The seed data requires the following fields:
   - `document_outline`: A concise title or summary that accurately represents the entire document.
     For documents covering multiple themes, consider providing multiple outlines (one per section).
   - `domain`: The domain or subject area of the document.
   - `icl_document`: A ~500 token representative sample extracted from the document.
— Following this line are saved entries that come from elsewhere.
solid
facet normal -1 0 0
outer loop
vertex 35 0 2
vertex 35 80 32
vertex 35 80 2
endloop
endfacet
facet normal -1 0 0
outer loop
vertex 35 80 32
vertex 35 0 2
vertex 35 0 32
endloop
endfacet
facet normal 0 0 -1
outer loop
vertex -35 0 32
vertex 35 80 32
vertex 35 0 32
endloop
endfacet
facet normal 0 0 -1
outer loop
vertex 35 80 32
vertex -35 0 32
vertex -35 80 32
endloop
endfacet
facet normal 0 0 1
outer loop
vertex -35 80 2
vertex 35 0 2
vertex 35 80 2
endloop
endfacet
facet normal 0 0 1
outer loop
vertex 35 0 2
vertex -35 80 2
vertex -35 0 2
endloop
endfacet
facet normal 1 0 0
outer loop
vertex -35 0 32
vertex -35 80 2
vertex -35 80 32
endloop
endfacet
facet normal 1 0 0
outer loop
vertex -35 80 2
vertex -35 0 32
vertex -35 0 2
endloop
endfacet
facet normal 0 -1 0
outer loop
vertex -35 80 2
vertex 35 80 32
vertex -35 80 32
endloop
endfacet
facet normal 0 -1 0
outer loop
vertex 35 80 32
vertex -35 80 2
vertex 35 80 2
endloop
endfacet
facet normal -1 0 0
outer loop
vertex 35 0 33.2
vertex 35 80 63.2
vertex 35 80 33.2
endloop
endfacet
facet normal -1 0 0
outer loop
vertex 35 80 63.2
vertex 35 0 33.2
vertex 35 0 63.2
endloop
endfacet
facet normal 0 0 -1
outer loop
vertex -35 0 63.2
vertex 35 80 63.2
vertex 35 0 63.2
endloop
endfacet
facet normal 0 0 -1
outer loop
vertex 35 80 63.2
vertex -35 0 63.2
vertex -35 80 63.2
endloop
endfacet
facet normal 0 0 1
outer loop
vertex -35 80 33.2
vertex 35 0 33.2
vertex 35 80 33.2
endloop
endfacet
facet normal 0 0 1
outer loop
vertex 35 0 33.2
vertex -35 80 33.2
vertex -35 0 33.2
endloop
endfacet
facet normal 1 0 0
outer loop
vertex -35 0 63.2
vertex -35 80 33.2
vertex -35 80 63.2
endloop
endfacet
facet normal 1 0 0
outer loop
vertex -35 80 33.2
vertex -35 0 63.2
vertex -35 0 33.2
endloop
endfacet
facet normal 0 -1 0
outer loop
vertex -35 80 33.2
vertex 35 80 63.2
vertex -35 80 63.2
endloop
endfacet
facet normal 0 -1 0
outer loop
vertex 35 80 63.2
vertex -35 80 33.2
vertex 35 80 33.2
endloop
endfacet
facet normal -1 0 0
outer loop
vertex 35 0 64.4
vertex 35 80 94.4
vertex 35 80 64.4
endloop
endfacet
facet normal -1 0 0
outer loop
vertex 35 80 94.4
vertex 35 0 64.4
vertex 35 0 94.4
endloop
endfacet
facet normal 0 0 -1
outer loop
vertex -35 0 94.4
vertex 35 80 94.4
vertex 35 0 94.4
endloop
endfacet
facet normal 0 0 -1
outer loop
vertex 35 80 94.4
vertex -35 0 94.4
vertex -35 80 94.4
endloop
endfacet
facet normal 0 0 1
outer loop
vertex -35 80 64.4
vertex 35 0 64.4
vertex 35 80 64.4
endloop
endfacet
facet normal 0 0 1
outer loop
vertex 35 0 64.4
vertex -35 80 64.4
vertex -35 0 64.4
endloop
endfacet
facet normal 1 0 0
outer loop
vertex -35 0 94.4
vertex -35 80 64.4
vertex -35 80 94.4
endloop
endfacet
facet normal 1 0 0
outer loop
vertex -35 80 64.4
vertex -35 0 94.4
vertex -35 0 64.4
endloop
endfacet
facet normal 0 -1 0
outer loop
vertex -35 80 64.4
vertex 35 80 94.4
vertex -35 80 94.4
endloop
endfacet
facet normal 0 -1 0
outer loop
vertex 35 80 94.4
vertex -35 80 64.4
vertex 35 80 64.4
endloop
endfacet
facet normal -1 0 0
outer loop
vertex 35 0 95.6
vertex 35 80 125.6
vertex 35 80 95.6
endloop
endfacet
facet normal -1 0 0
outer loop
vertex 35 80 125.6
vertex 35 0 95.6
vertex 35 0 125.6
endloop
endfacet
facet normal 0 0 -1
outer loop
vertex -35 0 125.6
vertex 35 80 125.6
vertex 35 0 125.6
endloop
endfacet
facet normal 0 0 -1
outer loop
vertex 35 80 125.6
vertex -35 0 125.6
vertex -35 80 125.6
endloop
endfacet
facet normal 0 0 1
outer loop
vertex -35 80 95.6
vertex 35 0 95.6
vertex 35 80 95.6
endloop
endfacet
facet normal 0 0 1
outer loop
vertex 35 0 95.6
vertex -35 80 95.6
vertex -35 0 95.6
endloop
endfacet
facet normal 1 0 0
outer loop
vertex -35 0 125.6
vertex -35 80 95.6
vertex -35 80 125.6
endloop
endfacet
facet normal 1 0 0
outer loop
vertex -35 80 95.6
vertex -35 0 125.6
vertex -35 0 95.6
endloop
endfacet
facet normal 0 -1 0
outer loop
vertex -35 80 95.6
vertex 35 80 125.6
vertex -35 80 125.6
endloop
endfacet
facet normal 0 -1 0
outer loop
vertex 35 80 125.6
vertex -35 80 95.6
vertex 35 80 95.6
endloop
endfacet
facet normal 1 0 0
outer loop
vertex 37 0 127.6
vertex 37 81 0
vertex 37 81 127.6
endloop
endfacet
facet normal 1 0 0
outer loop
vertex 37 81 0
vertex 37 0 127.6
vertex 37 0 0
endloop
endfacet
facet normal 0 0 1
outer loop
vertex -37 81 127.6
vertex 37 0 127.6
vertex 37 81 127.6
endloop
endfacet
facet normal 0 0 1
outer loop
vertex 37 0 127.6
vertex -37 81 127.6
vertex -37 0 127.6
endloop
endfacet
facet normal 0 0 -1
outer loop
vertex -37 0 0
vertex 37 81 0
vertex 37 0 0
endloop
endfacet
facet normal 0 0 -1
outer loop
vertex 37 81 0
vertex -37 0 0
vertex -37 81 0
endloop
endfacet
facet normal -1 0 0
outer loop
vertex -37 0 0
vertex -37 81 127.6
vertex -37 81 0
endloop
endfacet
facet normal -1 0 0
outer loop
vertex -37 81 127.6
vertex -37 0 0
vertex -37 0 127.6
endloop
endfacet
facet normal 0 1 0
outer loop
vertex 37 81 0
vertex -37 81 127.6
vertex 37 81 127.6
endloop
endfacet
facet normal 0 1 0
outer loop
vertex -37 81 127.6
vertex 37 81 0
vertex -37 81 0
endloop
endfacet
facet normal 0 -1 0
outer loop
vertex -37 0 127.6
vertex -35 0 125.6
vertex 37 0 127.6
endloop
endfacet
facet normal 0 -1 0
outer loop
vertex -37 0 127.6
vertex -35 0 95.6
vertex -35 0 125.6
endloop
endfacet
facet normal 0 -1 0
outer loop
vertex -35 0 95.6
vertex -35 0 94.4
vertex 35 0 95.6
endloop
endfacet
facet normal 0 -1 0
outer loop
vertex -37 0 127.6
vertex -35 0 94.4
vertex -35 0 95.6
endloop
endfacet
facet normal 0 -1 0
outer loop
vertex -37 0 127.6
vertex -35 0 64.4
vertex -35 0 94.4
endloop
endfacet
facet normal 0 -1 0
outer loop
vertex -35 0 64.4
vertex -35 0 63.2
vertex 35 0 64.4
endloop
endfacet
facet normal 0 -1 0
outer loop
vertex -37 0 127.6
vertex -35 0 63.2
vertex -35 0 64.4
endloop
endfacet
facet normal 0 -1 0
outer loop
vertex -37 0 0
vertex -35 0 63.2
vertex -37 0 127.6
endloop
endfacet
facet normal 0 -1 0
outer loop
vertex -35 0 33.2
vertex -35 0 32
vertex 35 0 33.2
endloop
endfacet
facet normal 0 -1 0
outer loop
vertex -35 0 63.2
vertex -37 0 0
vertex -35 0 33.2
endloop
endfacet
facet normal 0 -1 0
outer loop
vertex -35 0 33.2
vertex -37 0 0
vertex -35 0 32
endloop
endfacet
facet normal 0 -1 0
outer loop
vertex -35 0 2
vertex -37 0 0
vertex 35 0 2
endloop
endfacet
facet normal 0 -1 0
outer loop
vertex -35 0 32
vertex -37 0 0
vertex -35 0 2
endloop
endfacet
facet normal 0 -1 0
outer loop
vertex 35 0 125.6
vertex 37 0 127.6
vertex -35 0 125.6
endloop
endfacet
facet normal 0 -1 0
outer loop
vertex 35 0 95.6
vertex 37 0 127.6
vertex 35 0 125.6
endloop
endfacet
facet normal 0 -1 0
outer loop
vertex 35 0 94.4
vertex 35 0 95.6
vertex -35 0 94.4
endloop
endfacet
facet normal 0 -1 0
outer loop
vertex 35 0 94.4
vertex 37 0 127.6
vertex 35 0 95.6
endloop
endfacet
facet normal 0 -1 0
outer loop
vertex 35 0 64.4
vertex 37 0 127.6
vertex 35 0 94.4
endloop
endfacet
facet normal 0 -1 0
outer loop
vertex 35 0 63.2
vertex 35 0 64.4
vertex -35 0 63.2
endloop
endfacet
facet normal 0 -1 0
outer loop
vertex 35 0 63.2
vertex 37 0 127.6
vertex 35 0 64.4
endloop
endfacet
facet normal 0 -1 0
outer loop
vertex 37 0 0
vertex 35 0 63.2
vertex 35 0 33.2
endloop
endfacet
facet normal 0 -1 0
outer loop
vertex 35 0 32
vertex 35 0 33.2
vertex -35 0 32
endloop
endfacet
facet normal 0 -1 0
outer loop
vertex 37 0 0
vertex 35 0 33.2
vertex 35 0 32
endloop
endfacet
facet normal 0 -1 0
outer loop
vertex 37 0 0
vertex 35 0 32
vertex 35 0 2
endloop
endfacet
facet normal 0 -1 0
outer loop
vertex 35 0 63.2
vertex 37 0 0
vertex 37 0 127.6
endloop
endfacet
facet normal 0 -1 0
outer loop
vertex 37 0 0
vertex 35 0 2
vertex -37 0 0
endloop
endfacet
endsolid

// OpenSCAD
basic_drawer_width = 70;
basic_drawer_depth = 80;
basic_drawer_walls_height = 25;
basic_drawer_full_height = 30;

shelf_outer_wall_thickness = 2;
shelf_inner_wall_thickness = 1.2;
shelf_back_wall_thickness = 1;

shelf_slot_width = basic_drawer_width;
basic_shelf_width = shelf_slot_width + shelf_outer_wall_thickness * 2;
shelf_depth = basic_drawer_depth + shelf_back_wall_thickness;
shelf_height = basic_drawer_full_height * 4 + shelf_outer_wall_thickness * 2 + shelf_inner_wall_thickness * 3;

difference() {
    translate(v = [ -basic_shelf_width / 2, 0, 0 ])
        cube(size = [ basic_shelf_width, shelf_depth, shelf_height ]);
    for (i = [0:3]) {
        translate(v = [ -shelf_slot_width / 2, -10, shelf_outer_wall_thickness + i * (basic_drawer_full_height + shelf_inner_wall_thickness) ])
            cube(size = [ shelf_slot_width, basic_drawer_depth + 10, basic_drawer_full_height ]);
    }
}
This may include paragraphs, bulleted lists, tables, code snippets, definitions, etc.
   - `icl_query_1`, `icl_query_2`, `icl_query_3`: Three questions based on the `icl_document` sample.

In [None]:
document_outline = "International Business Machines (IBM) annual company earnings report 2024"

domain = "Finance"

icl_document = """In 2024, we reported $62.8 billion in revenue, income from continuing operations of $6.0 billion, 
which includes the impact of the pension settlement charges of $3.1 billion ($2.4 billion net of tax), 
and operating (non-GAAP) earnings of $9.7 billion, which excludes the impact of the pension settlement charges. 
Refer to "Organization of Information," for additional information. 
Diluted earnings per share from continuing operations was $6.42 as reported, 
including an impact of $2.57 from the pension settlement charges, and diluted earnings per share was $10.33 on an operating (non-GAAP) basis. 
We generated $13.4 billion in cash from operations and $12.7 billion in free cash flow, and returned $6.1 billion to shareholders in dividends. 
We are pleased with the progress we made in 2024, delivering revenue growth in our re-positioned business and strong cash flow generation. 
Our 2024 performance demonstrates the success of our focused strategy, enhanced portfolio and sustainable revenue growth. 
We increased our investment in innovation and talent and completed eleven acquisitions in 2024, 
strengthening our hybrid cloud and AI capabilities, all while continuing to return value to shareholders through our dividend.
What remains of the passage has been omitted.